Commissioner O'Neill had stated, in part, "Our first obligation is to preserve life, not to take a life when it can be avoided." Perhaps the Commissioner should consider that that obligation also applies to preserving Sgt. Barry's life.

Ironically, another NYPD sergeant was forced to deploy his TASER at a later incident in order to control a violent subject. That subject ultimately went into cardiac arrest and died. As expected, the news media headlines were inflammatory, even though the sergeant's actions were appropriate. The TASER is the best less-than-lethal option for any officer to draw upon in dealing with volatile subjects, but unfortunately it can't be used to disarm unwarranted critic ignorance.


Comments (6)

Displaying 1 - 6 of 6

LEO (RET) @ 12/17/2016 4:21 PM

I'm really so sick and tired of these liberal city administrators like Da Blow Hard and his personal hand puppet O'Neil, (who probably sounds like a wind tunnel every time he farts), of throwing good officers under the bus before the investigation even begins. To all LE: Do whatever you have been trained to do to stay safe and stay alive. Merry CHRISTmas to all LE, and God bless you for what you do, and for having to put up with ignorant people that think they know it all about Police self defense tactics and deadly force, and are legends in their own minuscule minds. Don't ever let these special kind of idiots destroy your morale.
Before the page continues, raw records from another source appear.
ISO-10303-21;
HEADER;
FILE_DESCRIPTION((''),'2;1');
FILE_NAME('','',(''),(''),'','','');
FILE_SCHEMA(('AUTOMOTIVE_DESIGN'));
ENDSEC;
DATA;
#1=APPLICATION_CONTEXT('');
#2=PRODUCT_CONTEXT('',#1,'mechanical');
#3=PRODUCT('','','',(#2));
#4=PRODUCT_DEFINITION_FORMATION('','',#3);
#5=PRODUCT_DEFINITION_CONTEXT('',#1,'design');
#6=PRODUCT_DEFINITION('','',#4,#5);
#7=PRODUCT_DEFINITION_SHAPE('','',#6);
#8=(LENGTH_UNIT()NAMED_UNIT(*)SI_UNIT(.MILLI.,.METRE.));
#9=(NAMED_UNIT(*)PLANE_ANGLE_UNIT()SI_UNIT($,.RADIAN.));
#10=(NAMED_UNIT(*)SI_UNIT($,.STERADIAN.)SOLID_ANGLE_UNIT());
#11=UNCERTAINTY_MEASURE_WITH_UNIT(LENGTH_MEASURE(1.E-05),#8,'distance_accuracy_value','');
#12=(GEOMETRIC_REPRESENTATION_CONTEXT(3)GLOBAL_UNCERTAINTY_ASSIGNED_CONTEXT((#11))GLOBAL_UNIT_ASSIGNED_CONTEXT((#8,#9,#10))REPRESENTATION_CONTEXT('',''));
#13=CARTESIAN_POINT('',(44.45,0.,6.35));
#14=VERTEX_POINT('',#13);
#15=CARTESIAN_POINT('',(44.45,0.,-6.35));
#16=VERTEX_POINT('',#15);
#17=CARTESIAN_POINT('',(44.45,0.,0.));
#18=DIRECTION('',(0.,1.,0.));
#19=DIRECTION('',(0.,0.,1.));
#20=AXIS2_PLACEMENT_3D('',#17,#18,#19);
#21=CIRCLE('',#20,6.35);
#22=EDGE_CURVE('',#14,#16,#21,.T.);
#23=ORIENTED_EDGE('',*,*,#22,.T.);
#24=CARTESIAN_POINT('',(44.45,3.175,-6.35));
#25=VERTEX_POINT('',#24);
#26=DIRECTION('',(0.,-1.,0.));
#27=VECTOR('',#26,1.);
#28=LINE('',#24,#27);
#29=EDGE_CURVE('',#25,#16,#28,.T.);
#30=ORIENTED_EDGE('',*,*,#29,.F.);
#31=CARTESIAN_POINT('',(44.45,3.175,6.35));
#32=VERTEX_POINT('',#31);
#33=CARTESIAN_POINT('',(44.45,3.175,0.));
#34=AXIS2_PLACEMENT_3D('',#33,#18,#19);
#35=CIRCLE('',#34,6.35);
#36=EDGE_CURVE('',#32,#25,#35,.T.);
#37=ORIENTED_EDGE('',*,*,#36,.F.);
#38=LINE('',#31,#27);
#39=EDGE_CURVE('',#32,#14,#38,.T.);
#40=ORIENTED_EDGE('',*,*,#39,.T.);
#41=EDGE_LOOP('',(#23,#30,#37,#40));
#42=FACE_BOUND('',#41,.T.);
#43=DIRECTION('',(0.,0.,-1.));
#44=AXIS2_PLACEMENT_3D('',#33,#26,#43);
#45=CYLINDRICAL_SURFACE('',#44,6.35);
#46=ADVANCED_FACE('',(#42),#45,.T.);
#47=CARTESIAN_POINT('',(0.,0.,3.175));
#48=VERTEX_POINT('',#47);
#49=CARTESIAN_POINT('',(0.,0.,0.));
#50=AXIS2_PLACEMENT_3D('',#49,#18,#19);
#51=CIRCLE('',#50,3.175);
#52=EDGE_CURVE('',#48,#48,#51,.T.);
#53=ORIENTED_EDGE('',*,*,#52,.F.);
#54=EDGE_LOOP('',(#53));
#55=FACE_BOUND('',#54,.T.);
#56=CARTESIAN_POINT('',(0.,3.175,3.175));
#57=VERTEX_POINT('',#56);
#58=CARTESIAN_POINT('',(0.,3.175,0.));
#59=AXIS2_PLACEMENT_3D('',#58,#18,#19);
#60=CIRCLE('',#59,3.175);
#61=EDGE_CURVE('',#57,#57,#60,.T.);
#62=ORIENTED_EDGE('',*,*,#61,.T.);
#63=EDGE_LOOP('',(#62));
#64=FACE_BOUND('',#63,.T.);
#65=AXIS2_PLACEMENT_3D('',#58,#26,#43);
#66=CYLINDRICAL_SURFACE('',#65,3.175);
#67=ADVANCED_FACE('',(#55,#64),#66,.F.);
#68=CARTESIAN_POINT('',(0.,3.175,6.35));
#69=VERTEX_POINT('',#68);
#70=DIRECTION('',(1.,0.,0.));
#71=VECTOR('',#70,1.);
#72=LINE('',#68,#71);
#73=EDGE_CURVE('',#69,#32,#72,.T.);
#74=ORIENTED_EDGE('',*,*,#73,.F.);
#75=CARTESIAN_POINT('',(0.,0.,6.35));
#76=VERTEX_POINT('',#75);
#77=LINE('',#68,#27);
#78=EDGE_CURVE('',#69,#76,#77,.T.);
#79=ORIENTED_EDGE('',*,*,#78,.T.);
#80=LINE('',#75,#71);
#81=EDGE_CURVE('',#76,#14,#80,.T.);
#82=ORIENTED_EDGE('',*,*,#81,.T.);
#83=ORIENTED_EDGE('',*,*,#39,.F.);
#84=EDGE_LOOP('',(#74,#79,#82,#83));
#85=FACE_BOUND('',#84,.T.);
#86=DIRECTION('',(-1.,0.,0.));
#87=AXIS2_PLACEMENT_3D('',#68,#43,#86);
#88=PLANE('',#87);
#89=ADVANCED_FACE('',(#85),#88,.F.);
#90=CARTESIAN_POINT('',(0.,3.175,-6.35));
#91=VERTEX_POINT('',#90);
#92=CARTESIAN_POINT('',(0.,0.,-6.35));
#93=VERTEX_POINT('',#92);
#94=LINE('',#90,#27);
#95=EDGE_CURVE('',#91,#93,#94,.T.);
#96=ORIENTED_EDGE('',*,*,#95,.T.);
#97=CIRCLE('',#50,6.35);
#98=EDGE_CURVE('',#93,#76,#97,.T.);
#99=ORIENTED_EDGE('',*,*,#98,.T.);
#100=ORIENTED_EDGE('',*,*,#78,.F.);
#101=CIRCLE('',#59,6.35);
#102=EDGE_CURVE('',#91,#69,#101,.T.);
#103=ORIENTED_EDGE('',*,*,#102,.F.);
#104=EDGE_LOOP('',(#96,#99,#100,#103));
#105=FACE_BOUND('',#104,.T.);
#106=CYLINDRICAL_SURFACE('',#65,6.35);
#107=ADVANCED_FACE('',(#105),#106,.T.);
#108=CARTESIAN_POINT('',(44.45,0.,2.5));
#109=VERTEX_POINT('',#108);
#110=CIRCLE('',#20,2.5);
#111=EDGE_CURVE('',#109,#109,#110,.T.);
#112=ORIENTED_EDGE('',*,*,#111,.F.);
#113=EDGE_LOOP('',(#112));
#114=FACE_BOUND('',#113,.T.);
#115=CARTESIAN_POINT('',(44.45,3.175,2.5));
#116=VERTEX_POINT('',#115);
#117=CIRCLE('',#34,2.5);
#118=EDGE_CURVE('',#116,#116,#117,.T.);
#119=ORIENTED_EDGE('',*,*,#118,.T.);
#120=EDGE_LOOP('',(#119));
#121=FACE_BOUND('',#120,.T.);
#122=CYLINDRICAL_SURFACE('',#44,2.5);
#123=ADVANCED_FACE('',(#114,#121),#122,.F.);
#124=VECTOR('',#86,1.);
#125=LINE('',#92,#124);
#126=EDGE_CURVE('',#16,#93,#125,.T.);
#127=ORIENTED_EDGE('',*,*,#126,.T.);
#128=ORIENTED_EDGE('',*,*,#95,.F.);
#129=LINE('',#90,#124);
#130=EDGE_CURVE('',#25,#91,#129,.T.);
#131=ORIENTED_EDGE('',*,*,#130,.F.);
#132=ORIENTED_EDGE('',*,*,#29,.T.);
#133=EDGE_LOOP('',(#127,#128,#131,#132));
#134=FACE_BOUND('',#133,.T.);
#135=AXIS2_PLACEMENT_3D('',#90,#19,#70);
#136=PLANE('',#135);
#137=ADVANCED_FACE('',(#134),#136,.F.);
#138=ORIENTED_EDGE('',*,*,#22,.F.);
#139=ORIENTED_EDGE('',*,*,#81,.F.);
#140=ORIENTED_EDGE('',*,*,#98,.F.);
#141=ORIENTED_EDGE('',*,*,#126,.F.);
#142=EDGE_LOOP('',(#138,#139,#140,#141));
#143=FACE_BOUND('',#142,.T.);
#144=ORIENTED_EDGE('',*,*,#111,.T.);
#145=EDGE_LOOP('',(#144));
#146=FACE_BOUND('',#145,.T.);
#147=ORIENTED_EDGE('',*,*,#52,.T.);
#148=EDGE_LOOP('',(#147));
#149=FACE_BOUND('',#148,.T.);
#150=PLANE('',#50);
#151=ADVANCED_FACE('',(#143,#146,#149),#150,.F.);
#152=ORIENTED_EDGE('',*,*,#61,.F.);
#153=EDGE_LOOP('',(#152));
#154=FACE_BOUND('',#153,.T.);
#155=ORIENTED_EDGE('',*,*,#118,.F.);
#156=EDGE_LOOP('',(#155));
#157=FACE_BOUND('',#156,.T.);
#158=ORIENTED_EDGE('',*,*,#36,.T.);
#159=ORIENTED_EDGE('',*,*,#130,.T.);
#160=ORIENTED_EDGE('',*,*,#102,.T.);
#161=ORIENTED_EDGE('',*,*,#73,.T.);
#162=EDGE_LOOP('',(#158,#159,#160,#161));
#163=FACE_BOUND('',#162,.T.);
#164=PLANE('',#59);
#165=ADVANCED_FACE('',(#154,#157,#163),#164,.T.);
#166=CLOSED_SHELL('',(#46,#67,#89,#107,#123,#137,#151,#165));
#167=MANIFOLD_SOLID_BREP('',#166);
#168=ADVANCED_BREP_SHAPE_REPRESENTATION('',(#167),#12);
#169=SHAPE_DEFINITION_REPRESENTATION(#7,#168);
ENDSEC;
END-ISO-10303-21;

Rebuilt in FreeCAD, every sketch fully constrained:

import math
import FreeCAD as App
import Part
import Sketcher
from FreeCAD import Vector
Q = App.Units.Quantity

doc = App.newDocument("Part")
params = doc.addObject("Spreadsheet::Sheet", "Params")
for row, (alias, value) in enumerate([
    ("sketch1_diameter", "0.25 in"),
    ("sketch1_radius", "0.25 in"),
    ("sketch1_width", "1.75 in"),
    ("pad1_length", "0.125 in"),
], start=1):
    params.set(f"A{row}", alias)
    params.set(f"B{row}", "=" + value)
    params.setAlias(f"B{row}", alias)

body = doc.addObject("PartDesign::Body", "Body")

# Sketch on XZ plane
sketch1 = doc.addObject("Sketcher::SketchObject", "Sketch")
body.addObject(sketch1)
sketch1.AttachmentSupport = (doc.XZ_Plane, [""])
sketch1.MapMode = "FlatFace"
sketch1.addGeometry(Part.LineSegment(Vector(44.5, -6.3, 0), Vector(0, -6.3, 0)), False)
sketch1.addGeometry(Part.ArcOfCircle(Part.Circle(Vector(0, 0, 0), Vector(0, 0, 1), 6.3), math.radians(90), math.radians(270)), False)
sketch1.addGeometry(Part.LineSegment(Vector(0, 6.3, 0), Vector(44.5, 6.3, 0)), False)
sketch1.addGeometry(Part.ArcOfCircle(Part.Circle(Vector(44.5, 0, 0), Vector(0, 0, 1), 6.3), math.radians(-90), math.radians(90)), False)
sketch1.addGeometry(Part.Circle(Vector(44.5, 0, 0), Vector(0, 0, 1), 2.5), False)
sketch1.addGeometry(Part.Circle(Vector(0, 0, 0), Vector(0, 0, 1), 3.2), False)
sketch1.addConstraint(Sketcher.Constraint("Tangent", 0, 2, 1, 2))
sketch1.addConstraint(Sketcher.Constraint("Tangent", 1, 1, 2, 1))
sketch1.addConstraint(Sketcher.Constraint("Tangent", 2, 2, 3, 2))
sketch1.addConstraint(Sketcher.Constraint("Tangent", 3, 1, 0, 1))
sketch1.addConstraint(Sketcher.Constraint("Horizontal", 0))
sketch1.addConstraint(Sketcher.Constraint("Horizontal", 2))
sketch1.addConstraint(Sketcher.Constraint("Coincident", 1, 3, -1, 1))
sketch1.addConstraint(Sketcher.Constraint("Coincident", 5, 3, -1, 1))
sketch1.addConstraint(Sketcher.Constraint("Coincident", 4, 3, 3, 3))
sketch1.addConstraint(Sketcher.Constraint("Diameter", 5, Q("0.25 in")))
sketch1.addConstraint(Sketcher.Constraint("Radius", 1, Q("0.25 in")))
sketch1.addConstraint(Sketcher.Constraint("DistanceX", 0, 2, 0, 1, Q("1.75 in")))
sketch1.addConstraint(Sketcher.Constraint("Diameter", 4, 5.0))
sketch1.setExpression("Constraints[9]", "Params.sketch1_diameter")
sketch1.setExpression("Constraints[10]", "Params.sketch1_radius")
sketch1.setExpression("Constraints[11]", "Params.sketch1_width")
pad1 = doc.addObject("PartDesign::Pad", "Pad")
body.addObject(pad1)
pad1.Profile = sketch1
pad1.setExpression("Length", "Params.pad1_length")
pad1.Reversed = True

doc.recompute()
otj25yrs @ 12/20/2016 7:16 AM

This is by no means a singular occurrence and is an issue that departments nationwide are hampered by oversight of police professionals by administrations and civilian oversight boards who have no perspective of police training, policy and practices. They are quick to try and put a positive spin in their favor of any incident which is questioned by the media regardless of the facts.

Mary @ 12/24/2016 7:04 AM

With over 20 yrs as a police DT trainer, my only comment is: Sgt. Barry went home to his loved ones at the end of his shift.
May the Christmas season calm his soul and put any doubts to rest.
Stay safe out there, everyone.

Rede2hike @ 12/24/2016 8:21 AM

As a 27 year vet officer, we are damned if we do and damned if we dont. Everyone who asks me about being a cop I tell em that if they want to serve, join the military or fire department, do not become a cop.

AZBIGDOG @ 12/25/2016 10:42 AM

Sgt. Hugh Barry did his best when confronted with an irrational and dangerous person. Hampered by the failure of his agency and his supervisors he was forced to choose between his own possible severe injury or death or the use of deadly force. In my opinion he made the best choice. I am sorry for the loss of a loved one by anyone, but with the choices forced on him by his superiors and the family of the deranged person for failing to obtain the help needed earlier, he is not the person responsible for this death.

gary wilson @ 12/31/2016 8:15 AM

Actually, nothing has really changed in the last 40+ years.
The pendulum just swings a little back and forth.
We are back to the late 60s-early 70s only with new toys to play with.